WHAT YOU HAVE TO DO ->
Below are lines of data; restate word for word those running from the line containing "#68=ORIENTED_EDGE('',*,*,#67,.T.);" to the line containing "#76=PLANE('',#75);", inclusive, and no others.

=-=-=

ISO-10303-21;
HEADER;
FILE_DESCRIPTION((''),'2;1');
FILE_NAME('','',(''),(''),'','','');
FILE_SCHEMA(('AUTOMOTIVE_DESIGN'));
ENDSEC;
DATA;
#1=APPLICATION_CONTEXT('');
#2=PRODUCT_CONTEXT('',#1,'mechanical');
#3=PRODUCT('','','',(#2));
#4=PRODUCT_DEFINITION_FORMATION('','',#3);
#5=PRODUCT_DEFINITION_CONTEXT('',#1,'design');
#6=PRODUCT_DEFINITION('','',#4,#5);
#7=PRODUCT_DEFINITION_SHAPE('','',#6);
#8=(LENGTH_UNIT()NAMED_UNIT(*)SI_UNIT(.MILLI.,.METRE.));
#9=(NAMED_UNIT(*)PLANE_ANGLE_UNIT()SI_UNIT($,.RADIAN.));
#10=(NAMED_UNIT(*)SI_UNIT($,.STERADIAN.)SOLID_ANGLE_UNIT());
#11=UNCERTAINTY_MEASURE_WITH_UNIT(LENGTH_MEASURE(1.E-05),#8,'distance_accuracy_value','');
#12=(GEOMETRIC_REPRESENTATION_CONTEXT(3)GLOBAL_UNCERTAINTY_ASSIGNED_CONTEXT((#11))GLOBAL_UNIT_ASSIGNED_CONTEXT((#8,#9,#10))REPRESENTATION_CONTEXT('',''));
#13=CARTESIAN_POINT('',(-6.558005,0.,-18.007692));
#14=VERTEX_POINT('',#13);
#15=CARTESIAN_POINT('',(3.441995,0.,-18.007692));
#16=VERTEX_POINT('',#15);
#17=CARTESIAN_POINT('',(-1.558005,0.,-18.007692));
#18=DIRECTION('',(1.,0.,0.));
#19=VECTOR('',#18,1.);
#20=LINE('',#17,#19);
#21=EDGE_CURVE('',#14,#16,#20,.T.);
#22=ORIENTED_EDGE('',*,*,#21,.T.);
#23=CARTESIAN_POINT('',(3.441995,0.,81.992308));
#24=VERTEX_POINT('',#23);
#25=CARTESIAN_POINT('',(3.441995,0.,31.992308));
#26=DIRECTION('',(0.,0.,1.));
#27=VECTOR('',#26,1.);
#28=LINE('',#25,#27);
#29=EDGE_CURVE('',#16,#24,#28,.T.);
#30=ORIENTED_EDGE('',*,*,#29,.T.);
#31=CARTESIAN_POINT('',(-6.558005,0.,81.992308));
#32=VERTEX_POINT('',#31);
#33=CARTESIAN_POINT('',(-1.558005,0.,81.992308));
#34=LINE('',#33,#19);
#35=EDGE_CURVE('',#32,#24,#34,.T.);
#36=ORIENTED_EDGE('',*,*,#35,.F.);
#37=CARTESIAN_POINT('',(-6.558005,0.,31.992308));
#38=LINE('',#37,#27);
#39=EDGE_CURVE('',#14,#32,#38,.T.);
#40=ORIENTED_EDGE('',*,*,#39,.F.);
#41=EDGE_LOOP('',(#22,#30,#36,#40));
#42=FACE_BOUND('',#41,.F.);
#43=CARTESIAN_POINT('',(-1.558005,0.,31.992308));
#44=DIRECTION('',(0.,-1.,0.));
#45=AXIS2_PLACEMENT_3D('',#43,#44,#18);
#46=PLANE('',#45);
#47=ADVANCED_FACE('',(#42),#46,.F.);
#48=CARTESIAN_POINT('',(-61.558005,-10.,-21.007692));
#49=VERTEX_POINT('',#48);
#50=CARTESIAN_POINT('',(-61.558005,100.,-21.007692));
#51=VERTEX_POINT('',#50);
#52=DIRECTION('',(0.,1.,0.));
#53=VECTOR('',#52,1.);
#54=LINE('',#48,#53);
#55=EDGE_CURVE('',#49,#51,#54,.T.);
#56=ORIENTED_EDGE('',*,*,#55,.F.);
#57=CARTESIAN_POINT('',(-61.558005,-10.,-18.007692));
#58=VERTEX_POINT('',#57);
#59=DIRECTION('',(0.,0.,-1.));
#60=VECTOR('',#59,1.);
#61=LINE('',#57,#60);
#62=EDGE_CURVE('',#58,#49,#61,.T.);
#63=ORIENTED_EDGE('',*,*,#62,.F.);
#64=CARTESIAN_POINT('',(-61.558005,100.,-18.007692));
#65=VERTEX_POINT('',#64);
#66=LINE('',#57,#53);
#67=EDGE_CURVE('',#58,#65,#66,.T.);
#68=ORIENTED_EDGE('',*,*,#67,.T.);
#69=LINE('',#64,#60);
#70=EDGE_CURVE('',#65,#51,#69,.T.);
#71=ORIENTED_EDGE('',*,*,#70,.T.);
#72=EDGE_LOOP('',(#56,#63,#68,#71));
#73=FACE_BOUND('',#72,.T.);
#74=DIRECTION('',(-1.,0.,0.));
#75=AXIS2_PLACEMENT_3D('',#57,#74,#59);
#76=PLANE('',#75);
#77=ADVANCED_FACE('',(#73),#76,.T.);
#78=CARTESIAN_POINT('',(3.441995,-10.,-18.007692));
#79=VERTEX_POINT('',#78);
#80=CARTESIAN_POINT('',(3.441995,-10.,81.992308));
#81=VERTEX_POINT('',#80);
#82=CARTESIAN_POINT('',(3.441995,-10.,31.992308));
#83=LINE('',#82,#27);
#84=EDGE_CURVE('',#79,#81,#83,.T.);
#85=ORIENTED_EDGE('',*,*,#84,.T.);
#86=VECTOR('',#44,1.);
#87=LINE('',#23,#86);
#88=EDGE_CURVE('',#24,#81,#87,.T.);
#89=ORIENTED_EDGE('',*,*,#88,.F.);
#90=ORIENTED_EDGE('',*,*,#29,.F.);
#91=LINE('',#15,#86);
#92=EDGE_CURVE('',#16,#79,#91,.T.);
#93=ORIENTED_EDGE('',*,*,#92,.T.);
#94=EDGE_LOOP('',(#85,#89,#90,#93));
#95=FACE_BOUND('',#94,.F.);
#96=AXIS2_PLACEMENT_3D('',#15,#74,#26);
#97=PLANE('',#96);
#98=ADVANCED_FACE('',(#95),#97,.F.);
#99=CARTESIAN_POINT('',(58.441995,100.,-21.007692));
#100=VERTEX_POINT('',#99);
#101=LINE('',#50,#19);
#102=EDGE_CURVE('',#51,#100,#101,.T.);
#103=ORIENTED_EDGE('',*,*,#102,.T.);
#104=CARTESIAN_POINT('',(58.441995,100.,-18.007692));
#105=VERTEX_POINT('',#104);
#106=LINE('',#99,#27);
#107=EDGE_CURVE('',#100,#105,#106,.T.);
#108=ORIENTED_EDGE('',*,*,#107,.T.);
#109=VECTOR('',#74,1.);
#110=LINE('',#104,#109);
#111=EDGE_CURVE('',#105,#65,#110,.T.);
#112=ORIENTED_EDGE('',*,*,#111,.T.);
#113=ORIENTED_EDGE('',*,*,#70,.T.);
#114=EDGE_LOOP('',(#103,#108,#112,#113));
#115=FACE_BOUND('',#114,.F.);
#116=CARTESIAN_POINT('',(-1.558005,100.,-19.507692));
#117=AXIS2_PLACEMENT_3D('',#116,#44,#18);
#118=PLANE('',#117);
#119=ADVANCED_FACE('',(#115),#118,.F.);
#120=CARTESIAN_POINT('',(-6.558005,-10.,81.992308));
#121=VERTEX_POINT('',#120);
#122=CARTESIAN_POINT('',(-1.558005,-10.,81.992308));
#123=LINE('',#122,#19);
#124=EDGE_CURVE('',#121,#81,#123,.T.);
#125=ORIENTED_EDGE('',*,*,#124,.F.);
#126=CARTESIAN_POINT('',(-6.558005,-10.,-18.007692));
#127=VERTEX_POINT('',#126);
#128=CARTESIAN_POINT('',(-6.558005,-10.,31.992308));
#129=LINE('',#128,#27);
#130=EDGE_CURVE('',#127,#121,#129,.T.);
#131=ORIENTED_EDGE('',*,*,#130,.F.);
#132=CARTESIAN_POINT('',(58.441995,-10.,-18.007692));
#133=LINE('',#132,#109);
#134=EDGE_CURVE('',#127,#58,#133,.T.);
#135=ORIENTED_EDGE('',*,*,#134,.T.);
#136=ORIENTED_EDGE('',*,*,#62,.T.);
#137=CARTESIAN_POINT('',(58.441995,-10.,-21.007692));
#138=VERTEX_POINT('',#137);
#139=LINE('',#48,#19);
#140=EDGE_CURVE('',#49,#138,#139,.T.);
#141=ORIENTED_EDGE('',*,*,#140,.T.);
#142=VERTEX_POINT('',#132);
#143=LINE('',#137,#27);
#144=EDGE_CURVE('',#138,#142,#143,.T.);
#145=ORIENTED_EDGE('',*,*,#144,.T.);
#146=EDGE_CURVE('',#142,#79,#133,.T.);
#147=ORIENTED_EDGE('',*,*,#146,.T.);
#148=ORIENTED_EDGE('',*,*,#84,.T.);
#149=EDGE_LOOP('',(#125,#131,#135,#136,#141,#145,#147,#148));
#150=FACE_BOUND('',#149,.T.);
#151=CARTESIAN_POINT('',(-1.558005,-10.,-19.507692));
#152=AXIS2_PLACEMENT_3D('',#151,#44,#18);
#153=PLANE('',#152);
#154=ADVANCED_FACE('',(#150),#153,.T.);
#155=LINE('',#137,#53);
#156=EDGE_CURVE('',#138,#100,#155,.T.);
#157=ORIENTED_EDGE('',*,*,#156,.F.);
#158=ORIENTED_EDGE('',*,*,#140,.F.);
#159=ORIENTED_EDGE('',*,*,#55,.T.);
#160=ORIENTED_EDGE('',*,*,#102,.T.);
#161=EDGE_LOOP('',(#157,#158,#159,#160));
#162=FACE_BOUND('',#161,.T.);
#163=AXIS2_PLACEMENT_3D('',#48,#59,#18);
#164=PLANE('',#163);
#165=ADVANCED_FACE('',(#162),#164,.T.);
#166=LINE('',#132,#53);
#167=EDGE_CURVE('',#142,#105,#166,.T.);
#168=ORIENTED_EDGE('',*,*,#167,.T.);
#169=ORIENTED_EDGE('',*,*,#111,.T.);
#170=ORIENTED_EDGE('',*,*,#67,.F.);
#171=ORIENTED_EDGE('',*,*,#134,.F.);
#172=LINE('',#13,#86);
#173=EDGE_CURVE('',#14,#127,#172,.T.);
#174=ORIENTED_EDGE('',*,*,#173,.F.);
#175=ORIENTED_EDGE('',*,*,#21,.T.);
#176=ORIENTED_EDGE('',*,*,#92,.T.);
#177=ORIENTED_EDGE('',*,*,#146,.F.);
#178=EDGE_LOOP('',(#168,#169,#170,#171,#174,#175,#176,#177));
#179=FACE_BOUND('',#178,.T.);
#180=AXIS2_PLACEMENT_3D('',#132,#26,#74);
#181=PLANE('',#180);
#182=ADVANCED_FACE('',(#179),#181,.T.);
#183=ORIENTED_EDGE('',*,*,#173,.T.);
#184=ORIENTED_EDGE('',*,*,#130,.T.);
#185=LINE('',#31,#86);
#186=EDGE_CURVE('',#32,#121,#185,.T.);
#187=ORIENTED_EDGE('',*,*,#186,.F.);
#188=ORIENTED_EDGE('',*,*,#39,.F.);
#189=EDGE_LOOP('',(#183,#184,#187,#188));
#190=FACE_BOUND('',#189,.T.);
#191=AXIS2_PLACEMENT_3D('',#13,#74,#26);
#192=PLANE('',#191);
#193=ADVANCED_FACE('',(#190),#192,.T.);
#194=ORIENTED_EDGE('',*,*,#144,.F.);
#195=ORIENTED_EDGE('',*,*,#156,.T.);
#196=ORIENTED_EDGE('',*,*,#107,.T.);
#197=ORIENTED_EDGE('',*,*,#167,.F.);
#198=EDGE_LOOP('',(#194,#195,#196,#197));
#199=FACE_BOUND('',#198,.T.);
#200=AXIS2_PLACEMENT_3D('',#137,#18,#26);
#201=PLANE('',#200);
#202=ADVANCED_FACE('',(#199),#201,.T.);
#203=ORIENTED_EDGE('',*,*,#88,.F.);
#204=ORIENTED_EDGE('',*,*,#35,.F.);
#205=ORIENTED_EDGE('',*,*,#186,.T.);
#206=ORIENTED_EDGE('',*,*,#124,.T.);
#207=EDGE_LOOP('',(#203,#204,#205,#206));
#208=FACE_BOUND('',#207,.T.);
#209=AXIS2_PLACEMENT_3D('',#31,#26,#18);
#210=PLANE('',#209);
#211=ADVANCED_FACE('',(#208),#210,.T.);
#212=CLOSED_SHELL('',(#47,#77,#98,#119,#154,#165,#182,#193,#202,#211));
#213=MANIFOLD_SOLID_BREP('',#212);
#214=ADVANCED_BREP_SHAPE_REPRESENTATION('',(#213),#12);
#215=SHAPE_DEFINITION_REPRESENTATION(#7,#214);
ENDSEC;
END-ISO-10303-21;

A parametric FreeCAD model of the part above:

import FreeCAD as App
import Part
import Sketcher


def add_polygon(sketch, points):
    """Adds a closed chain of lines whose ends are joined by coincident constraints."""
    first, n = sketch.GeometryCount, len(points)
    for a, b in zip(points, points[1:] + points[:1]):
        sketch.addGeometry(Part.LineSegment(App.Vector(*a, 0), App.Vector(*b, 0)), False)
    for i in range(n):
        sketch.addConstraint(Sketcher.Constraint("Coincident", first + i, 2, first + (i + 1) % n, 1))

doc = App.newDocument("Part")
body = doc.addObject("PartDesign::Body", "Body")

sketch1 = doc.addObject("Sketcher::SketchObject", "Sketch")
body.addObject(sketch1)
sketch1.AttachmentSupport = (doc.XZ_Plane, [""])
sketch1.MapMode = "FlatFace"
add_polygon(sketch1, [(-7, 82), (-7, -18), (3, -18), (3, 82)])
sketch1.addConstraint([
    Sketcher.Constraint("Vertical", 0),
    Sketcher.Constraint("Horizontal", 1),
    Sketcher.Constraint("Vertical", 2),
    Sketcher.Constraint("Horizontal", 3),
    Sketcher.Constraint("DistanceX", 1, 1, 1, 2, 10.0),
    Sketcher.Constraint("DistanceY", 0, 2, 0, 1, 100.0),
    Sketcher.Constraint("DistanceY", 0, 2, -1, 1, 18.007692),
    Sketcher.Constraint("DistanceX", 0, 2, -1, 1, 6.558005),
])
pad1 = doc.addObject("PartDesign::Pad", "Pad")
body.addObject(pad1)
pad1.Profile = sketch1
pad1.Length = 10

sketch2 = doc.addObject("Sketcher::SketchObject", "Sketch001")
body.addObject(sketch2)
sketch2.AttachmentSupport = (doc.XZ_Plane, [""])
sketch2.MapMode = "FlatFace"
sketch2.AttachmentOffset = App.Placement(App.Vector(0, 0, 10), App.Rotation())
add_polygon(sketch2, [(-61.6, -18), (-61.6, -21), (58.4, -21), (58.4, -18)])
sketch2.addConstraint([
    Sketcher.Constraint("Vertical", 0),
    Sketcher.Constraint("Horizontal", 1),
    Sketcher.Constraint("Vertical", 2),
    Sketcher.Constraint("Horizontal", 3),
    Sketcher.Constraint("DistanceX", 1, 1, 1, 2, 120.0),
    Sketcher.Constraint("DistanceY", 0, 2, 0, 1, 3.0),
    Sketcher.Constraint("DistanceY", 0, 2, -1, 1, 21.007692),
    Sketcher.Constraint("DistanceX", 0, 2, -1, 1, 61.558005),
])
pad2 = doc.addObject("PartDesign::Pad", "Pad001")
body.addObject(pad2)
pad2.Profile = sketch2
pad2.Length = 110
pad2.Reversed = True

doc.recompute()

=-=-=

RESULT ->
#68=ORIENTED_EDGE('',*,*,#67,.T.);
#69=LINE('',#64,#60);
#70=EDGE_CURVE('',#65,#51,#69,.T.);
#71=ORIENTED_EDGE('',*,*,#70,.T.);
#72=EDGE_LOOP('',(#56,#63,#68,#71));
#73=FACE_BOUND('',#72,.T.);
#74=DIRECTION('',(-1.,0.,0.));
#75=AXIS2_PLACEMENT_3D('',#57,#74,#59);
#76=PLANE('',#75);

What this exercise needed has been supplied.